Tranexamic acid in burn surgery: A systematic review and meta-analysis.

Autor: Fijany AJ; Anne Burnett Marion School of Medicine, Texas Christian University, 1604 W. Rosedale St., Suite 104, Fort Worth, TX 76104, USA. Electronic address: a.fijany@tcu.edu., Givechian KB; Yale School of Medicine, 333 Cedar St., New Haven, CT, 06510., Zago I; Anne Burnett Marion School of Medicine, Texas Christian University, 1604 W. Rosedale St., Suite 104, Fort Worth, TX 76104, USA., Olsson SE; Anne Burnett Marion School of Medicine, Texas Christian University, 1604 W. Rosedale St., Suite 104, Fort Worth, TX 76104, USA., Boctor MJ; Northwestern University Feinberg School of Medicine, 420 E Superior St, Chicago, IL, 60611., Gandhi RR; Anne Burnett Marion School of Medicine, Texas Christian University, 1604 W. Rosedale St., Suite 104, Fort Worth, TX 76104, USA., Pekarev M; Anne Burnett Marion School of Medicine, Texas Christian University, 1604 W. Rosedale St., Suite 104, Fort Worth, TX 76104, USA.
Jazyk: angličtina
Zdroj: Burns : journal of the International Society for Burn Injuries [Burns] 2023 Sep; Vol. 49 (6), pp. 1249-1259. Date of Electronic Publication: 2023 May 10.

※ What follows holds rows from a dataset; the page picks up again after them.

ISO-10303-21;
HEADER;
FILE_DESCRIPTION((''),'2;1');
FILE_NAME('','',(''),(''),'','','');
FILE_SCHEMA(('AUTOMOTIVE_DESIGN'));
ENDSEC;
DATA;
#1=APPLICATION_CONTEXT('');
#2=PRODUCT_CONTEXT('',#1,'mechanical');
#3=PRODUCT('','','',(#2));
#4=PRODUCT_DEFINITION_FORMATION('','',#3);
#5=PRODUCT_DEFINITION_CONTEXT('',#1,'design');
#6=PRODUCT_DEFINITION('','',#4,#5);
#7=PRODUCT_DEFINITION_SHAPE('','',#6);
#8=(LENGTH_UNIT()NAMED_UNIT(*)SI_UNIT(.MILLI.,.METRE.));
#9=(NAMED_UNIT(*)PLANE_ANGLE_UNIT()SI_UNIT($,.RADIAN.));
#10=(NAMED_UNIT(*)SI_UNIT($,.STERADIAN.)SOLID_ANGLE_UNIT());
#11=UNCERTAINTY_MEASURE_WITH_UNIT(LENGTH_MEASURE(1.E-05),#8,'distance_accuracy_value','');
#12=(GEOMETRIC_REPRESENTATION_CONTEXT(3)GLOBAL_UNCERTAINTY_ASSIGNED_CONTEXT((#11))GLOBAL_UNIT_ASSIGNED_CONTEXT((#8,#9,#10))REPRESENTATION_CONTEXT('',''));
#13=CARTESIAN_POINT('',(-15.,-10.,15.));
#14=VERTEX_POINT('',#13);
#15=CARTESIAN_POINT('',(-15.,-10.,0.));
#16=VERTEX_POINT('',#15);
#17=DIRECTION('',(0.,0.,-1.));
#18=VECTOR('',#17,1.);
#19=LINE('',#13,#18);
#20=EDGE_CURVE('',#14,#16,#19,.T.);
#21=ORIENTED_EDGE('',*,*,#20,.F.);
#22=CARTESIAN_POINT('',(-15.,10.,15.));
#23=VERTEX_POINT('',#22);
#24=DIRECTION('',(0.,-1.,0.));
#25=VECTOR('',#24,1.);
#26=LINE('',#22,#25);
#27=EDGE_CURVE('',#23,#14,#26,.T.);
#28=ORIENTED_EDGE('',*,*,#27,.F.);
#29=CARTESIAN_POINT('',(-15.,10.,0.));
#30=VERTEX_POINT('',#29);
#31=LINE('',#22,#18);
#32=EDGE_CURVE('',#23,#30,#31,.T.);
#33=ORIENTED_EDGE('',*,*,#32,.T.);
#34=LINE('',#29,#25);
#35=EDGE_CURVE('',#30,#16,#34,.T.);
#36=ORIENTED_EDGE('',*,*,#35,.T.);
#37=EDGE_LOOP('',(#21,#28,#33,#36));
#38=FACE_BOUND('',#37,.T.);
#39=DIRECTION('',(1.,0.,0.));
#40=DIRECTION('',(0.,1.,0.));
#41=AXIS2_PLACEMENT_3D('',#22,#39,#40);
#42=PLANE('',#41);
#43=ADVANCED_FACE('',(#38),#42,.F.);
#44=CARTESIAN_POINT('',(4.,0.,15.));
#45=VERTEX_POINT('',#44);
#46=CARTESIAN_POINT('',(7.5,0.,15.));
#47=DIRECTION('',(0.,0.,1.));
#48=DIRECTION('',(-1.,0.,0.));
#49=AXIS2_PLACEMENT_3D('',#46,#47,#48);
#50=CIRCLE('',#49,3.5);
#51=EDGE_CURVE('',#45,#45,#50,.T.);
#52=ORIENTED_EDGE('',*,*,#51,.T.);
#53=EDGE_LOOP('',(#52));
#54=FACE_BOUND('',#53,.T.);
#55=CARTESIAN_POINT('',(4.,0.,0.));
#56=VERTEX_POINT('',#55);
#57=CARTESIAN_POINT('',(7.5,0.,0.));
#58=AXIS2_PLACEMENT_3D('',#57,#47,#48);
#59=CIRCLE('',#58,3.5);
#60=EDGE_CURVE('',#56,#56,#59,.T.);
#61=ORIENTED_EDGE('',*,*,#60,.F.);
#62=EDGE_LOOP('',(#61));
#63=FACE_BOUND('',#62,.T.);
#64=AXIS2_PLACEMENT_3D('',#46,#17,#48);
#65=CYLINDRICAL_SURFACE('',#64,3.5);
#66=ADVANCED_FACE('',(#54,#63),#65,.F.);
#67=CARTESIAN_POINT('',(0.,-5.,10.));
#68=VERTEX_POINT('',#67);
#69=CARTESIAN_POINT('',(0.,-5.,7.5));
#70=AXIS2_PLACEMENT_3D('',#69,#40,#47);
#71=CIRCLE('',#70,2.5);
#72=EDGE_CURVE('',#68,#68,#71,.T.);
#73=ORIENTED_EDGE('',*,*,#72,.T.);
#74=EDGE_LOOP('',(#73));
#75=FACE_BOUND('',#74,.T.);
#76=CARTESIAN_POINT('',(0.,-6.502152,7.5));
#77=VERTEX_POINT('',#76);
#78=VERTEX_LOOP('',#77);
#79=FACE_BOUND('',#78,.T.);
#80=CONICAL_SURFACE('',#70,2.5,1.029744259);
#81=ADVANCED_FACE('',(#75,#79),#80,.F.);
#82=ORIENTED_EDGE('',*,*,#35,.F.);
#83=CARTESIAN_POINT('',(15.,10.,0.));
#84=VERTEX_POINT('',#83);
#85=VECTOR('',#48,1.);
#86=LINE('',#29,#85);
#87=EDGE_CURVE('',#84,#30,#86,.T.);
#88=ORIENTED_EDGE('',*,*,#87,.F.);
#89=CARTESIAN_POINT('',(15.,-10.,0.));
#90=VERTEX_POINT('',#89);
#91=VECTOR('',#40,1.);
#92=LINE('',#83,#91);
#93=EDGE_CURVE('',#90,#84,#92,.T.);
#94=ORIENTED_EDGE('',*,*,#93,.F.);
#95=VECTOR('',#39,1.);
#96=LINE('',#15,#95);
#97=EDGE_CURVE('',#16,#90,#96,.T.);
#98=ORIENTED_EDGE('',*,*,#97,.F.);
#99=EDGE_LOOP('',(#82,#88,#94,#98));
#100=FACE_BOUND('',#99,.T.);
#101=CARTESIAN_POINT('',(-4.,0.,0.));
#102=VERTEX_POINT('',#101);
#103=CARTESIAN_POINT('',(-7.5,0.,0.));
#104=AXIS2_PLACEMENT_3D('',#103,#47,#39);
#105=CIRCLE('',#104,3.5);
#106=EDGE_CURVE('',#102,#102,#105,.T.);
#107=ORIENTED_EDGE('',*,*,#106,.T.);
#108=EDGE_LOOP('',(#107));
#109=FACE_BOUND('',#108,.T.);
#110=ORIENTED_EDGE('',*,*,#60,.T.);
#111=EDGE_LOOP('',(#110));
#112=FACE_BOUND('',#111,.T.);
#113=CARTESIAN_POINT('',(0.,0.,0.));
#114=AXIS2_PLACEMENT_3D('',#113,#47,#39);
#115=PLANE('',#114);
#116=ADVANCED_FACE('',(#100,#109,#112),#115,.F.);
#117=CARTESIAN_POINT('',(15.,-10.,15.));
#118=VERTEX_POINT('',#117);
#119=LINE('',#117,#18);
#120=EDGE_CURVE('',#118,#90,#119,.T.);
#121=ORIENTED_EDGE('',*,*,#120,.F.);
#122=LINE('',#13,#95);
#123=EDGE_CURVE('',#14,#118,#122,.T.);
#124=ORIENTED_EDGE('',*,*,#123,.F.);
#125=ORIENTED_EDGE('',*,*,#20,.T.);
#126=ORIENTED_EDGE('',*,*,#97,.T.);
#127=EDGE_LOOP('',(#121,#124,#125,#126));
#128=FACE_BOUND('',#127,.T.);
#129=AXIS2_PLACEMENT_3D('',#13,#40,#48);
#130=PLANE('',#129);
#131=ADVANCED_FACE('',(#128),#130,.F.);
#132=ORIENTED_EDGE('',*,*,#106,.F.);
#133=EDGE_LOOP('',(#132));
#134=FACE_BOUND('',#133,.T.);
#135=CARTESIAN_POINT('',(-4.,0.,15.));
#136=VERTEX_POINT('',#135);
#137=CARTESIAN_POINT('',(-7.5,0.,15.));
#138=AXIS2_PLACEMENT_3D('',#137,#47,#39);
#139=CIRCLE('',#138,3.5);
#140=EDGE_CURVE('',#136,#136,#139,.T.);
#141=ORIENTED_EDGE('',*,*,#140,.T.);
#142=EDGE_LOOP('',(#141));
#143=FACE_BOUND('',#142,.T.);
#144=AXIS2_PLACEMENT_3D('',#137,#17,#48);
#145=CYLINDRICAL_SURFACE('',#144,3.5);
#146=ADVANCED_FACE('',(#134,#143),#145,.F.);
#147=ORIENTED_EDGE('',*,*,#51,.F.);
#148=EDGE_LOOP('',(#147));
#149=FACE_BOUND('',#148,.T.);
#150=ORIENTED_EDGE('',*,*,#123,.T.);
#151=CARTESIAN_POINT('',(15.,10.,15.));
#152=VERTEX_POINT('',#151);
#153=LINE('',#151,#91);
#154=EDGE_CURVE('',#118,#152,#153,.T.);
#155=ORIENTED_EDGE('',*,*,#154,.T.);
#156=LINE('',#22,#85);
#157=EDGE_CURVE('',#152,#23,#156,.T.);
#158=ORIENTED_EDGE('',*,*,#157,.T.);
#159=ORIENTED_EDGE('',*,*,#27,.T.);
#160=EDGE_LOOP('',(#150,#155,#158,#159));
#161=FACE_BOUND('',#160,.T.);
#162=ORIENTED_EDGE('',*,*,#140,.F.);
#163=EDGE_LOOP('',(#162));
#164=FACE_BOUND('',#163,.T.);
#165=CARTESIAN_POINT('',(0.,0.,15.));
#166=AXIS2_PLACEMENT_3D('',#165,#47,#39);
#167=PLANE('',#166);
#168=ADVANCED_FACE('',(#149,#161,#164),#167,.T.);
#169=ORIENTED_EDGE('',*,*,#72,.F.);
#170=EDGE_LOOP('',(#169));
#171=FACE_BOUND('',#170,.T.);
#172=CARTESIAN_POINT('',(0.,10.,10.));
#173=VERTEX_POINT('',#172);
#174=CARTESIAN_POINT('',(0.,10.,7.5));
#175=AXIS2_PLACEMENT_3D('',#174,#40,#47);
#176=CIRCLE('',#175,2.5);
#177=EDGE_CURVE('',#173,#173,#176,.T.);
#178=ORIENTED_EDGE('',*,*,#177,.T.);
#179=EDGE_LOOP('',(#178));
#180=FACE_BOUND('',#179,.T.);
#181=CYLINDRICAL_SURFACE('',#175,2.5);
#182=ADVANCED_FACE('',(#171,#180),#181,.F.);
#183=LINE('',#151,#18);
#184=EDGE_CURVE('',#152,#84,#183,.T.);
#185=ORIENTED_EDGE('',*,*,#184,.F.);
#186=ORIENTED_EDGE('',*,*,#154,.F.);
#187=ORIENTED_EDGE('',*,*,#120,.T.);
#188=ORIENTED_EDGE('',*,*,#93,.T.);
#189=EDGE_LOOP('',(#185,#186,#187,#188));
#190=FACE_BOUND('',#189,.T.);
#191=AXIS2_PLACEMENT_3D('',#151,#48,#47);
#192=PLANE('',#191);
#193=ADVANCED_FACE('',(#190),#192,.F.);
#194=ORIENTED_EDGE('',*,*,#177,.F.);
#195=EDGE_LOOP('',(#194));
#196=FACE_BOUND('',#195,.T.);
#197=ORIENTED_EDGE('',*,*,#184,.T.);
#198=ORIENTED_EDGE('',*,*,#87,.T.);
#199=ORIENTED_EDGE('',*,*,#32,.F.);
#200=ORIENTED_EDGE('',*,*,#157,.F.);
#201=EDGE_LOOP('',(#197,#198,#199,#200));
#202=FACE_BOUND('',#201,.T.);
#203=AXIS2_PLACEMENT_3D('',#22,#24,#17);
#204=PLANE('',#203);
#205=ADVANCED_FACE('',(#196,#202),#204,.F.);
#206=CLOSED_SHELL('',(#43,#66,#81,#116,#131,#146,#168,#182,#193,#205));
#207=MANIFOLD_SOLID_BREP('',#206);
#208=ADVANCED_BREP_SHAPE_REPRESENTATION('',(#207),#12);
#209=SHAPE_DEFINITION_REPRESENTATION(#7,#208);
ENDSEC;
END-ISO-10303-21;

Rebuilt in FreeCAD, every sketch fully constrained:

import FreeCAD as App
import Part
import Sketcher
from FreeCAD import Vector
Q = App.Units.Quantity


def add_polygon(sketch, points):
    """Adds a closed chain of lines whose ends are joined by coincident constraints."""
    first, n = sketch.GeometryCount, len(points)
    for a, b in zip(points, points[1:] + points[:1]):
        sketch.addGeometry(Part.LineSegment(App.Vector(*a, 0), App.Vector(*b, 0)), False)
    for i in range(n):
        sketch.addConstraint(Sketcher.Constraint("Coincident", first + i, 2, first + (i + 1) % n, 1))

doc = App.newDocument("Part")
params = doc.addObject("Spreadsheet::Sheet", "Params")
for row, (alias, value) in enumerate([
    ("sketch1_diameter", "7 mm"),
    ("sketch1_width", "30 mm"),
    ("sketch1_height", "20 mm"),
    ("pad1_length", "15 mm"),
    ("sketch2_diameter", "5 mm"),
    ("hole_diameter", "5 mm"),
    ("hole_depth", "15 mm"),
], start=1):
    params.set(f"A{row}", alias)
    params.set(f"B{row}", "=" + value)
    params.setAlias(f"B{row}", alias)

body = doc.addObject("PartDesign::Body", "Body")

# Sketch on XY plane
sketch1 = doc.addObject("Sketcher::SketchObject", "Sketch")
body.addObject(sketch1)
sketch1.AttachmentSupport = (doc.XY_Plane, [""])
sketch1.MapMode = "FlatFace"
add_polygon(sketch1, [(-15, 10), (-15, -10), (15, -10), (15, 10)])  # lines 0-3
sketch1.addGeometry(Part.Circle(Vector(-7.5, 0, 0), Vector(0, 0, 1), 3.5), False)  # 4
sketch1.addGeometry(Part.Circle(Vector(7.5, 0, 0), Vector(0, 0, 1), 3.5), False)  # 5
sketch1.addConstraint([
    Sketcher.Constraint("Vertical", 0),
    Sketcher.Constraint("Horizontal", 1),
    Sketcher.Constraint("Vertical", 2),
    Sketcher.Constraint("Horizontal", 3),
    Sketcher.Constraint("Equal", 4, 5),
    Sketcher.Constraint("Symmetric", 4, 3, 5, 3, -1, 1),
    Sketcher.Constraint("Symmetric", 0, 2, 2, 2, -1, 1),
    Sketcher.Constraint("PointOnObject", 4, 3, -1),
    Sketcher.Constraint("Diameter", 4, Q("7 mm")),
    Sketcher.Constraint("DistanceX", 1, 1, 1, 2, Q("30 mm")),
    Sketcher.Constraint("DistanceY", 0, 2, 0, 1, Q("20 mm")),
    Sketcher.Constraint("DistanceX", 4, 3, 5, 3, Q("15 mm")),
])
sketch1.setExpression("Constraints[12]", "Params.sketch1_diameter")
sketch1.setExpression("Constraints[13]", "Params.sketch1_width")
sketch1.setExpression("Constraints[14]", "Params.sketch1_height")
pad1 = doc.addObject("PartDesign::Pad", "Pad")
body.addObject(pad1)
pad1.Profile = sketch1
pad1.setExpression("Length", "Params.pad1_length")

# Sketch on XZ plane
sketch2 = doc.addObject("Sketcher::SketchObject", "Sketch001")
body.addObject(sketch2)
sketch2.AttachmentSupport = (doc.XZ_Plane, [""])
sketch2.MapMode = "FlatFace"
sketch2.AttachmentOffset = App.Placement(Vector(0, 0, -10), App.Rotation())
sketch2.addGeometry(Part.Circle(Vector(0, 7.5, 0), Vector(0, 0, 1), 2.5), False)
sketch2.addConstraint([
    Sketcher.Constraint("PointOnObject", 0, 3, -2),
    Sketcher.Constraint("Diameter", 0, Q("5 mm")),
    Sketcher.Constraint("DistanceY", -1, 1, 0, 3, Q("7.5 mm")),
])
sketch2.setExpression("Constraints[1]", "Params.sketch2_diameter")
doc.recompute()
hole = doc.addObject("PartDesign::Hole", "Hole")
body.addObject(hole)
hole.Profile = sketch2
hole.ThreadType = "None"
hole.setExpression("Diameter", "Params.hole_diameter")
hole.DepthType = "Dimension"
hole.setExpression("Depth", "Params.hole_depth")
hole.DrillPoint = "Angled"
hole.DrillPointAngle = 118
hole.Reversed = True

doc.recompute()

DOI: 10.1016/j.burns.2023.05.009
Abstrakt: Burn injury causes a coagulopathy that is poorly understood. After severe burns, significant fluid losses are managed by aggressive resuscitation that can lead to hemodilution. These injuries are managed by early excision and grafting, which can cause significant bleeding and further decrease blood cell concentration. Tranexamic acid (TXA) is an anti-fibrinolytic that has been shown to reduce surgical blood losses; however, its use in burn surgery is not well established. We performed a systematic review and meta-analysis to investigate the influence TXA may have on burn surgery outcomes. Eight papers were included, with outcomes considered in a random-effects model meta-analysis. Overall, when compared to the control group, TXA significantly reduced total volume blood loss (mean difference (MD) = -192.44; 95% confidence interval (CI) = -297.73 to - 87.14; P = 0.0003), the ratio of blood loss to burn injury total body surface area (TBSA) (MD = -7.31; 95% CI = -10.77 to -3.84; P 0.0001), blood loss per unit area treated (MD = -0.59; 95% CI = -0.97 to -0.20; P = 0.003), and the number of patients receiving a transfusion intraoperatively (risk difference (RD) = -0.16; 95% CI = -0.32 to - 0.01; P = 0.04). Additionally, there were no noticeable differences in venous thromboembolism (VTE) events (RD = 0.00; 95% CI = -0.03 to 0.03; P = 0.98) and mortality (RD = 0.00; 95% CI = -0.03 to 0.04; P = 0.86). In conclusion, TXA can potentially be a pharmacologic intervention that reduces blood losses and transfusions in burn surgery without increasing the risk of VTE events or mortality.
Competing Interests: Declaration of Competing Interest The authors declare that they have no known competing financial interests or personal relationships that could have appeared to influence the work reported in this paper.